I published this post at Hazelcast blog and put a copy here.
Stream processing is an emerging computational paradigm for on-the-fly processing of live data feeds, targeting low latency and high throughput. Streaming applications are usually deployed on multiple servers to achieve these requirements. Since even a single failure may lead to incorrect results or long interruptions in result delivery, fault tolerance is of paramount importance in such long-running distributed applications.
With the new 0.5 release, Hazelcast Jet capitalizes on the Hazelcast IMDG platform to simplify fault-tolerant execution of streaming computations. In this blog post, we briefly describe the new high availability and fault tolerance features of Hazelcast Jet.
Stream processing clusters contain components with heterogeneous roles, wherein a master node coordinates the execution of submitted jobs and possibly multiple worker nodes perform the actual execution. In this setting, a number of availability concerns arise for different components. For instance, a set of master nodes are deployed to eliminate single point of failure. One of these nodes is elected as leader and other nodes wait in standby until the failure of the leader. Relatedly, multiple worker nodes are run for parallel and distributed execution of the jobs. In case of a worker failure, its workload is re-assigned to a standby worker or distributed to other active workers.
In this model, stream processing engines generally depend on external coordination services, such as Apache ZooKeeper, for leader election, and replication of cluster and job information. Although coordination services are a good fit for such use cases, they bring additional complexity into the system. Hazelcast Jet frees the developers from the burden of configuring and maintaining coordination services for different environments and deployment settings. Hazelcast Jet does not depend on any external service and maintains job information in internal Hazelcast IMDG data structures, namely IMap instances. When a job is submitted, the job information is distributed between a set of IMap instances. Since the IMap data structure replicates data entries to multiple servers, Hazelcast Jet enables fault tolerance for job information. The presence of the master node is not visible to the end users. Users do not designate any Hazelcast Jet node for job coordination. Hazelcast Jet clusters coordinate execution of the submitted jobs transparently and automatically. Internally, a single Hazelcast Jet node, called coordinator, takes the responsibility of coordinating job executions. If the coordinator node fails for any reason, another node is automatically promoted. Relatedly, jobs are run on multiple nodes. If a node fails during execution, the job is automatically restarted on the remaining nodes.
So with these mechanisms, we transparently handle job execution and worker failover.

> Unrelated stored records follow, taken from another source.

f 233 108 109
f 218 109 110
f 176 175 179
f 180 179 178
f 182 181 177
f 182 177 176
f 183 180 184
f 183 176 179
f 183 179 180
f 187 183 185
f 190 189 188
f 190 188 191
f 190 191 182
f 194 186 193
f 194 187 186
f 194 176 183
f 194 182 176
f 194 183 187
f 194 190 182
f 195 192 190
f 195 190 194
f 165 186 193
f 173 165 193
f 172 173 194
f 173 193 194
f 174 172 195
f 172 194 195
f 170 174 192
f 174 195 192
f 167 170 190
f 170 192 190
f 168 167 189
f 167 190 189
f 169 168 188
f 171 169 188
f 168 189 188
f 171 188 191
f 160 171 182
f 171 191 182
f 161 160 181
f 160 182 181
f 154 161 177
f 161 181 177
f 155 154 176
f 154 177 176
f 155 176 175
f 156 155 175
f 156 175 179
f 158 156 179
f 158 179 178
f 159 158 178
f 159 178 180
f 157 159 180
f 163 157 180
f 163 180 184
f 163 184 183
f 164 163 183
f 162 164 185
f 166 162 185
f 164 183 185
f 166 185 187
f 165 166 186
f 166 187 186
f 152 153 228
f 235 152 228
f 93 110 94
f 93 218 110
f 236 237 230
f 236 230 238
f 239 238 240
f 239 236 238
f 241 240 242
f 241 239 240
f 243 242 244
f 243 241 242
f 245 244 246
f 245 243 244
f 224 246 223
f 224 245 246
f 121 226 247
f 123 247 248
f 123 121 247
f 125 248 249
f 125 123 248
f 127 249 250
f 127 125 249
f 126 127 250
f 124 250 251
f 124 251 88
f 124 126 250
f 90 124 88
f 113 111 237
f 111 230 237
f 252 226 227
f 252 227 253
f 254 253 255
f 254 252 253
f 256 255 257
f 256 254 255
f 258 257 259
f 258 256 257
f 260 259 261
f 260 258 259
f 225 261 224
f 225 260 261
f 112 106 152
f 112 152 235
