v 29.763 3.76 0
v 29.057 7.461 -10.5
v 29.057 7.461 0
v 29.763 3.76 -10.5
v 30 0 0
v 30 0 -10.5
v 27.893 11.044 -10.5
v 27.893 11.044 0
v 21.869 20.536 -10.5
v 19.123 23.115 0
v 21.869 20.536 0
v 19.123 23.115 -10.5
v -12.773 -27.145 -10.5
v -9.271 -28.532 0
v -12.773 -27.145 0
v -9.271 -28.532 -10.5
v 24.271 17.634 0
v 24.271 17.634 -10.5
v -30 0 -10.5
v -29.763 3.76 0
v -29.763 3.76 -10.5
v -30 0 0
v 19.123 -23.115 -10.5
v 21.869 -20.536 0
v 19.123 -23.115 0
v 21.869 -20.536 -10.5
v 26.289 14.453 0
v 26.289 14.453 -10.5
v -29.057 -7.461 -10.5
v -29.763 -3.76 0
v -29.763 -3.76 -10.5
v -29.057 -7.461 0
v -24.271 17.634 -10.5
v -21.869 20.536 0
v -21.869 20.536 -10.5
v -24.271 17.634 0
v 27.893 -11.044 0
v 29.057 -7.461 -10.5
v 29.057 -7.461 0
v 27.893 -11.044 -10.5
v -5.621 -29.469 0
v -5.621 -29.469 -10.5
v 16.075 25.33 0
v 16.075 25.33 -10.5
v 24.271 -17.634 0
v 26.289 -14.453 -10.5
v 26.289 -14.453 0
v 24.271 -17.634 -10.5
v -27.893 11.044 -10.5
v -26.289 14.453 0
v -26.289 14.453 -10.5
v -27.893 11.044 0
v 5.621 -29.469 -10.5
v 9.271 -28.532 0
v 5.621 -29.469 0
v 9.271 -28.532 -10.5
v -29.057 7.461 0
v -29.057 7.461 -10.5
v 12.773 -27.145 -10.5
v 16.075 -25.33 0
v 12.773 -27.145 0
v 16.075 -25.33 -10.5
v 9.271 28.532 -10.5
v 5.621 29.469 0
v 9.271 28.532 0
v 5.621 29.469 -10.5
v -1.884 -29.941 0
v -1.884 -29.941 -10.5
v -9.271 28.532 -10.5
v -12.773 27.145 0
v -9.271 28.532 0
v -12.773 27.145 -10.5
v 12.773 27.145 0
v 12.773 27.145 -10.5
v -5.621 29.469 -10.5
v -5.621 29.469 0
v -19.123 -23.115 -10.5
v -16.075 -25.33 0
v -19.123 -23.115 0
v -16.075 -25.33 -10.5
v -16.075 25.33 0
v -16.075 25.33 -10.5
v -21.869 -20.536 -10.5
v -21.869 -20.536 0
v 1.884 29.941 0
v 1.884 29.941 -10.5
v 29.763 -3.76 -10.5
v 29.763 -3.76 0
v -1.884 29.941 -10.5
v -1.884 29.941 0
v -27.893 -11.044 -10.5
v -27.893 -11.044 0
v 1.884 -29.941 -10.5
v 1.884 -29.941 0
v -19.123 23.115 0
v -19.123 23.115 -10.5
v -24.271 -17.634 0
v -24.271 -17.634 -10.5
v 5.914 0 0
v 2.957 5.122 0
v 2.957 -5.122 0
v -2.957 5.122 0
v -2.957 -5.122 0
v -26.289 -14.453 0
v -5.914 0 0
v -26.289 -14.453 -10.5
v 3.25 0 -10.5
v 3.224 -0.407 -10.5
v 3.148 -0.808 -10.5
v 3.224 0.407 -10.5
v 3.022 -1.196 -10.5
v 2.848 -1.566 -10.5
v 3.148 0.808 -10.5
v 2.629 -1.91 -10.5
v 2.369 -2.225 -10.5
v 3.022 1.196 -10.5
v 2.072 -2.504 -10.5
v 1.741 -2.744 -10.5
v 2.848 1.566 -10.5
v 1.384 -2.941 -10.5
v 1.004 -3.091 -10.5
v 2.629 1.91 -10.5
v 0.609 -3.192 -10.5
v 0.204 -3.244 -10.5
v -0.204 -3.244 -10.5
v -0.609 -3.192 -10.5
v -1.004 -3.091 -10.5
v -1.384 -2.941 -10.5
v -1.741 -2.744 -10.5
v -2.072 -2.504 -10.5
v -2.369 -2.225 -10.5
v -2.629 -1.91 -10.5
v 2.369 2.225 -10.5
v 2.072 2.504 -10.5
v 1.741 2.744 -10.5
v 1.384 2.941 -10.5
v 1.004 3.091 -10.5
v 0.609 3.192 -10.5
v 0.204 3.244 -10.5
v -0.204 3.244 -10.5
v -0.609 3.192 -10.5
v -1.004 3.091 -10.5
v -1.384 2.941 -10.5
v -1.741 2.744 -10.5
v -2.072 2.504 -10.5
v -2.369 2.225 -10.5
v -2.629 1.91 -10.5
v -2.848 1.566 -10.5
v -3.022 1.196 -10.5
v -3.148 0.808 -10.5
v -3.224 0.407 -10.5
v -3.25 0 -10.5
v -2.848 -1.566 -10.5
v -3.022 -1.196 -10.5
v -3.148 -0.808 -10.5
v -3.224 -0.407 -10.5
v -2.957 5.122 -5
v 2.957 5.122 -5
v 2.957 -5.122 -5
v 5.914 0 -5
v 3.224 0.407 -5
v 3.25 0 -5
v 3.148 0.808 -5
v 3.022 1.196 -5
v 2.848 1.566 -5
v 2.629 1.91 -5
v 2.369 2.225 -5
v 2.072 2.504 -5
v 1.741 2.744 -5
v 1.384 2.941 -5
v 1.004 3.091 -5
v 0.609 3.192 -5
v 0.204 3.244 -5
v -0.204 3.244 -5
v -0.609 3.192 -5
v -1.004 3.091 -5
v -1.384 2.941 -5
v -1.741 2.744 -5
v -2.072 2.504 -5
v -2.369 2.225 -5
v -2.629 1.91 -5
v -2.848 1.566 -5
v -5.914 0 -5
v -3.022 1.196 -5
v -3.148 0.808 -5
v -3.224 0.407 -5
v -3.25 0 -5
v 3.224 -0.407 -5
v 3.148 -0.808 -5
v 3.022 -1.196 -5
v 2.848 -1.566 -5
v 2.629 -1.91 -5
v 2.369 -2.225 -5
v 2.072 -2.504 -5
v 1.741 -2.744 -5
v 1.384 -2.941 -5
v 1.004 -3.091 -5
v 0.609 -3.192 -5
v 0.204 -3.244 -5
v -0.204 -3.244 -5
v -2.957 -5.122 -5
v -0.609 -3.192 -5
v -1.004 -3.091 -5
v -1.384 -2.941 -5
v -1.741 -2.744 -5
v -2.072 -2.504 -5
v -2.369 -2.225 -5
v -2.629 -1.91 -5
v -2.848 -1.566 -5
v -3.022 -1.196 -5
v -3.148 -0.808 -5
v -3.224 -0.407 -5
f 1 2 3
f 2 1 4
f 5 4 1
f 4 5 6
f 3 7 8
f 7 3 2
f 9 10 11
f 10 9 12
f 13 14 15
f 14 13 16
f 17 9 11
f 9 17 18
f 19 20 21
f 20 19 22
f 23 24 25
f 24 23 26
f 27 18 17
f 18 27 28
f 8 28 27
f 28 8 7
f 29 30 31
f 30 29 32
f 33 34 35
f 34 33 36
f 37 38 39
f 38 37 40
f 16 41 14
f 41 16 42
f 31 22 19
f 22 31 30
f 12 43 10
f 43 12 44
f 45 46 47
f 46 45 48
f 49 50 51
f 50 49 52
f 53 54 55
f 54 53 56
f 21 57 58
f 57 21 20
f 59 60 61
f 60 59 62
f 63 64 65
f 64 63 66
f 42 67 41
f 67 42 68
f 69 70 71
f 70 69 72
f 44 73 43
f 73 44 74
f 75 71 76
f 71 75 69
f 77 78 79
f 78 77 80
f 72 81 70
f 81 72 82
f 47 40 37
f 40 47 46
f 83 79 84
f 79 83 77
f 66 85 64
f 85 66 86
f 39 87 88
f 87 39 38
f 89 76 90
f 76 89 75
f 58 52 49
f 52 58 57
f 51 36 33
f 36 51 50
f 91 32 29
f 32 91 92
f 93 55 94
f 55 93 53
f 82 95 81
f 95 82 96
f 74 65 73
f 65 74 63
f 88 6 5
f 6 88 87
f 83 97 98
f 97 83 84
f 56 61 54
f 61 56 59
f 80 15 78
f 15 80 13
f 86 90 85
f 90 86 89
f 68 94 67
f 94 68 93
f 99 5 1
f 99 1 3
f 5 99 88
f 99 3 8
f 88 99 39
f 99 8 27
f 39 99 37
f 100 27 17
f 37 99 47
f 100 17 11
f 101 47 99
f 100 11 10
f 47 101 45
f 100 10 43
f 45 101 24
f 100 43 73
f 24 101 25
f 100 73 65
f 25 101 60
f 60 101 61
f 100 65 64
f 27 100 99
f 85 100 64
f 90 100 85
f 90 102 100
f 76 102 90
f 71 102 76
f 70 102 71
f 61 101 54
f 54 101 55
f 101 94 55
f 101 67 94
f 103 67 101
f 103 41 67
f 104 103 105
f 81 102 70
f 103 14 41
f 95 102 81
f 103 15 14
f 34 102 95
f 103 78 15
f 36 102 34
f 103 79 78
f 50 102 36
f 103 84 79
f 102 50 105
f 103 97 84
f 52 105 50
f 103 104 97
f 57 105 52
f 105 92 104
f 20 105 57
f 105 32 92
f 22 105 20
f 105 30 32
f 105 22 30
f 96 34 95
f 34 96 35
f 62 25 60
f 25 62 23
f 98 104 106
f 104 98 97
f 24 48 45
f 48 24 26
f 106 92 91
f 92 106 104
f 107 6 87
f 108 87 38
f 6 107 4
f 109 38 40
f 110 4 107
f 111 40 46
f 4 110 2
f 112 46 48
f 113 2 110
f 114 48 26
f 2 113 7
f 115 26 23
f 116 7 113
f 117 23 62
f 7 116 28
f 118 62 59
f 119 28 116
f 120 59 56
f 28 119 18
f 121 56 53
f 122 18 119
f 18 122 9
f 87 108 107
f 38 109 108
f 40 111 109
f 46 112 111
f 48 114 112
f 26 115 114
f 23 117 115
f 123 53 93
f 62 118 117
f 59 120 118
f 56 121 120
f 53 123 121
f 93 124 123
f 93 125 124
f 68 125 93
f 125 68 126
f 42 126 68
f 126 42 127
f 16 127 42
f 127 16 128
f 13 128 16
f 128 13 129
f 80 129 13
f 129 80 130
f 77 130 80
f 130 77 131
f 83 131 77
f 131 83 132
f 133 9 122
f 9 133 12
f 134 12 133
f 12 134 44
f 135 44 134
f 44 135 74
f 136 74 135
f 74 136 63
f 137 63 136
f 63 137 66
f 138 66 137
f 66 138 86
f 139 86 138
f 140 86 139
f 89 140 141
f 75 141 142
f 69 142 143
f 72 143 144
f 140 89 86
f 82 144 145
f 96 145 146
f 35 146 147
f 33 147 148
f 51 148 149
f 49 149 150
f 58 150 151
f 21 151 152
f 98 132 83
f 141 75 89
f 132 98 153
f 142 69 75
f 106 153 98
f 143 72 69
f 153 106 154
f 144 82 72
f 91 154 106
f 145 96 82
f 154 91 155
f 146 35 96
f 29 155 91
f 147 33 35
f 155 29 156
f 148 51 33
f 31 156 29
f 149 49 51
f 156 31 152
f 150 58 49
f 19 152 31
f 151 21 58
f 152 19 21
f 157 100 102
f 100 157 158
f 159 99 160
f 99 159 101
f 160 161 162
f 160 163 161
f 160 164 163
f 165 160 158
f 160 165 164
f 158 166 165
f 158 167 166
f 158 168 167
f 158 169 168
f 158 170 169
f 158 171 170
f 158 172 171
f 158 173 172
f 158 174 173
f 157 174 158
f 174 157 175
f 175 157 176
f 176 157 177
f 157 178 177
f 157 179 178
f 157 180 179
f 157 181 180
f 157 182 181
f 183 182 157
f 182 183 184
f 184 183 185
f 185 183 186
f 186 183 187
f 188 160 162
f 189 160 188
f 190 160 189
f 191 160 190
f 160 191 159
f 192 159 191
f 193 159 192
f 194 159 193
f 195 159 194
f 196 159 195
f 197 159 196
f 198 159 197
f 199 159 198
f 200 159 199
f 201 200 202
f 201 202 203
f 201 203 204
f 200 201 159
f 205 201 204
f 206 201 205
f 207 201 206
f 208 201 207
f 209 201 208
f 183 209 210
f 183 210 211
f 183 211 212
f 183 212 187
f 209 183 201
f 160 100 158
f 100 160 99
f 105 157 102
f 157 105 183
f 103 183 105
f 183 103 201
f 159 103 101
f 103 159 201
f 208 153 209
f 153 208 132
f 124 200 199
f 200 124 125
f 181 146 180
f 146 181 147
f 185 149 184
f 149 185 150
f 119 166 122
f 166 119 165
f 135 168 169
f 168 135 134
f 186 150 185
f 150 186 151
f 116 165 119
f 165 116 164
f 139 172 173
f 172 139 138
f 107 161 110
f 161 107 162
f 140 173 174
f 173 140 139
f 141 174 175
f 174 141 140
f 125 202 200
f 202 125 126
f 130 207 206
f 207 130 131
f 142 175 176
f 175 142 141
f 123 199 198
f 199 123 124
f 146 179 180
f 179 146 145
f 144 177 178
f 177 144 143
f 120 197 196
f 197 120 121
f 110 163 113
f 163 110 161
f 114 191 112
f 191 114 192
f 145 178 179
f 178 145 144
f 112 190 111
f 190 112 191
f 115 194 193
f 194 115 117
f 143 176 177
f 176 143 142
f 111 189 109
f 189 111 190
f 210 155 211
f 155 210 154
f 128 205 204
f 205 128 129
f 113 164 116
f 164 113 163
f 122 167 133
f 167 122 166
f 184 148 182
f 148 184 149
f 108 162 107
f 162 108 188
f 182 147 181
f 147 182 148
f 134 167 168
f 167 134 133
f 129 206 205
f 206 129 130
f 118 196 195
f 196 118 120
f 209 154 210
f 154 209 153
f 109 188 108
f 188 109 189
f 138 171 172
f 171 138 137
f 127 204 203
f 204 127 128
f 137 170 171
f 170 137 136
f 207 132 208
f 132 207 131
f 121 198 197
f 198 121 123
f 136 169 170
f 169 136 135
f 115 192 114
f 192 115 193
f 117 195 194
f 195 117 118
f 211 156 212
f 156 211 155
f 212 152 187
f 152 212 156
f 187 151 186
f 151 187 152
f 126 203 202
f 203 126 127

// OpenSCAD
$fn = 50;


difference() {
	union() {
		translate(v = [0, 0, -10.5000000000]) {
			cylinder(h = 10.5000000000, r = 30.0000000000);
		}
		translate(v = [0, 0, -9.0000000000]) {
			cylinder(h = 9, r = 2.8750000000);
		}
	}
	union() {
		translate(v = [0, 0, 0]) {
			rotate(a = [0, 0, 0]) {
				difference() {
					union() {
						translate(v = [0, 0, -5]) {
							linear_extrude(height = 5) {
								polygon(points = [[5.9142500000, 0.0000000000], [2.9571250000, 5.1218907443], [-2.9571250000, 5.1218907443], [-5.9142500000, 0.0000000000], [-2.9571250000, -5.1218907443], [2.9571250000, -5.1218907443]]);
							}
						}
					}
					union();
				}
			}
		}
		#translate(v = [0, 0, -100.0000000000]) {
			cylinder(h = 200, r = 3.2500000000);
		}
	}
}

But what about data processing guarantees?
Hazelcast Jet realizes fault tolerant stateful streaming computations with a new snapshotting mechanism. The new mechanism takes a snapshot of the state of a running streaming job at regular intervals. A snapshot contains a consistent view of the state of all processors at some point in time. In case of a node failure, the coordinator stops the current execution and restarts the job with the latest successful snapshot. When a job is restarted from a snapshot, the nodes recover processor state efficiently from local memory. The processors are initialized with the state recovered from the snapshot and the input streams are rolled back. The snapshotting feature is an efficient implementation of Lamport and Chandy’s “Distributed Snapshots: Determining Global States of a Distributed System” paper.
New methods were added to the Processor API for snapshotting. Upon a snapshot persistence call, a processor passes its internal state to the engine as key-value objects. Then, the processor state is put into internal IMap data structures as part of the snapshot. The new fault tolerance mechanism provides a choice between, none, exactly-once and at-least-once semantics for event processing. Source and sink processors must cooperate with the snapshotting mechanism in order to achieve the exactly-once semantics.
The 0.5 release of Hazelcast Jet opens new doors for highly available and fault tolerant streaming systems. Hazelcast Jet does not depend on any other external storage system for high availability and snapshotting. Additionally, in-memory snapshots pave the way for minimally disruptive snapshotting and fast recovery after failures. For the next release, we will be working on improvements and optimizations in the snapshotting mechanism.